# Free Camping in Valencia



## HIPPYLADSPAIN (Jun 1, 2011)

I'm Lee originally from Scotland, single, gay and 39 and have recently bought some land and quickly acquired a band of locally abandoned dogs for which I'm trying to build kennels and the like. There is a growing problem in Spain!! It’s very concerning.

This is a kind of 'Good Life' volunteering opportunity!! The plan is to be growing our own food on 3000 square meters of lovely Spanish Campo. Looking and helping to re home the dogs in our care. We are in the heart of Xativa, and 20 mins from Valencia City Centre. I have facilities for camping here so your accommodation will be free together with breakfast each day. We also have a bar onsite with cheap meals and drinks.
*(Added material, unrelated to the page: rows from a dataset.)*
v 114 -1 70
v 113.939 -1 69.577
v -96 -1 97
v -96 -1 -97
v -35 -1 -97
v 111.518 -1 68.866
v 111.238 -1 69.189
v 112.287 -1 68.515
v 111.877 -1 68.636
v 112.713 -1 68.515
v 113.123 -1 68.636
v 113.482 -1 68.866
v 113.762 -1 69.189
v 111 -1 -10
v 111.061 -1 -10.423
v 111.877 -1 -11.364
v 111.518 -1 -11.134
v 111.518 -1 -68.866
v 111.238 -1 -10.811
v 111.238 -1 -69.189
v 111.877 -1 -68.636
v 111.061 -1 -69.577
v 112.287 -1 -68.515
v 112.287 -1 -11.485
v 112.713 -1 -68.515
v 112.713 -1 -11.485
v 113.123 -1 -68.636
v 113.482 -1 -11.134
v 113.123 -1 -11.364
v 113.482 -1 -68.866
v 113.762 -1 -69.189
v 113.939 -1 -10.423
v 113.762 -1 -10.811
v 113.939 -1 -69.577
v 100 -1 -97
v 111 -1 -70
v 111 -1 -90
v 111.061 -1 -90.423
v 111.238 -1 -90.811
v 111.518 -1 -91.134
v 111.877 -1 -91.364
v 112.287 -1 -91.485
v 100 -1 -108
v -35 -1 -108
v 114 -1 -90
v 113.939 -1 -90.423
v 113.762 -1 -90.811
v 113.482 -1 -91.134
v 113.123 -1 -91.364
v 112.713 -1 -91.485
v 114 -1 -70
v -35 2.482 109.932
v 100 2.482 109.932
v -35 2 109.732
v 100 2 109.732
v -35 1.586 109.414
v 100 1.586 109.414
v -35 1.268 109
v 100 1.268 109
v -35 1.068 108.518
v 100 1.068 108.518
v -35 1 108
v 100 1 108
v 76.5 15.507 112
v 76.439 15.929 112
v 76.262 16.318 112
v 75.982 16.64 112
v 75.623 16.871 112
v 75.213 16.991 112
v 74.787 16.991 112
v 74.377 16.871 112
If your looking for a challenge this summer and to give something back in a friendly hippy kind of camp then send me your details and the dates you can help. I will gladly collect you from either Alicante or Valencia Airports. 



Lee


----------



## kenspain (Jun 1, 2011)

Hi Lee I am about 30min drive from you how long have you lived there before I moved I lived near Barx to  just outside Alcoy. Ken:cheers:


----------



## ghecco (Jul 5, 2011)

*Free camping*

Hi Lee. I'm Csaba from Hungary. I came across Italy by bicycle and now spending some time in Barcelona and the surroundings. I'm looking for a job in Spain to spend a few months living here experiencing the mediterranean lifestyle. Barcelona is a bit too crowded and also expensive, I was thinking of searching for employment in Valencia, also it's a place I haven't seen before.What you wrote was very interesting for me. I would be glad to help you out and work with you, I just need to get to Valencia. Either I ride there or take a train. Do you still have the option you mentioned? 
I added you as a friend since I couldn't see any further contact details in your profile.
I look forward hearing from you!
Cheers


----------



## DTDog (Jul 6, 2011)

hi Lee.

Good luck with the project.

We go down to Villena to visit family each year. Would love to pop by when we next go down to see how you're doing.


----------



## Danielle (Mar 20, 2018)

*Hey*

HELLO LEE, 

I would be very interested in helping . My name is Danielle I am a teacher, youth worker, very easy going I fly tomorrow to Madrid, the train to Valencia few days after. I have a tent etc. How can we make this happen? I will try to send a second email with some information...

Dani







HIPPYLADSPAIN said:


> I'm Lee originally from Scotland, single, gay and 39 and have recently bought some land and quickly acquired a band of locally abandoned dogs for which I'm trying to build kennels and the like. There is a growing problem in Spain!! It’s very concerning.
> 
> This is a kind of 'Good Life' volunteering opportunity!! The plan is to be growing our own food on 3000 square meters of lovely Spanish Campo. Looking and helping to re home the dogs in our care. We are in the heart of Xativa, and 20 mins from Valencia City Centre. I have facilities for camping here so your accommodation will be free together with breakfast each day. We also have a bar onsite with cheap meals and drinks.
> 
> ...


----------



## Tezza33 (Mar 20, 2018)

Danielle said:


> HELLO LEE,
> 
> I would be very interested in helping . My name is Danielle I am a teacher, youth worker, very easy going I fly tomorrow to Madrid, the train to Valencia few days after. I have a tent etc. How can we make this happen? I will try to send a second email with some information...
> 
> Dani



I don't think you will get a reply from him, the thread is seven years old and he only made one post


----------



## trevskoda (Mar 20, 2018)

Often wonder why people have to state they gay,zif i care but maybe a badge of honer.


----------



## phillybarbour (Mar 21, 2018)

Lee best wishes with such a worthwhile project.


----------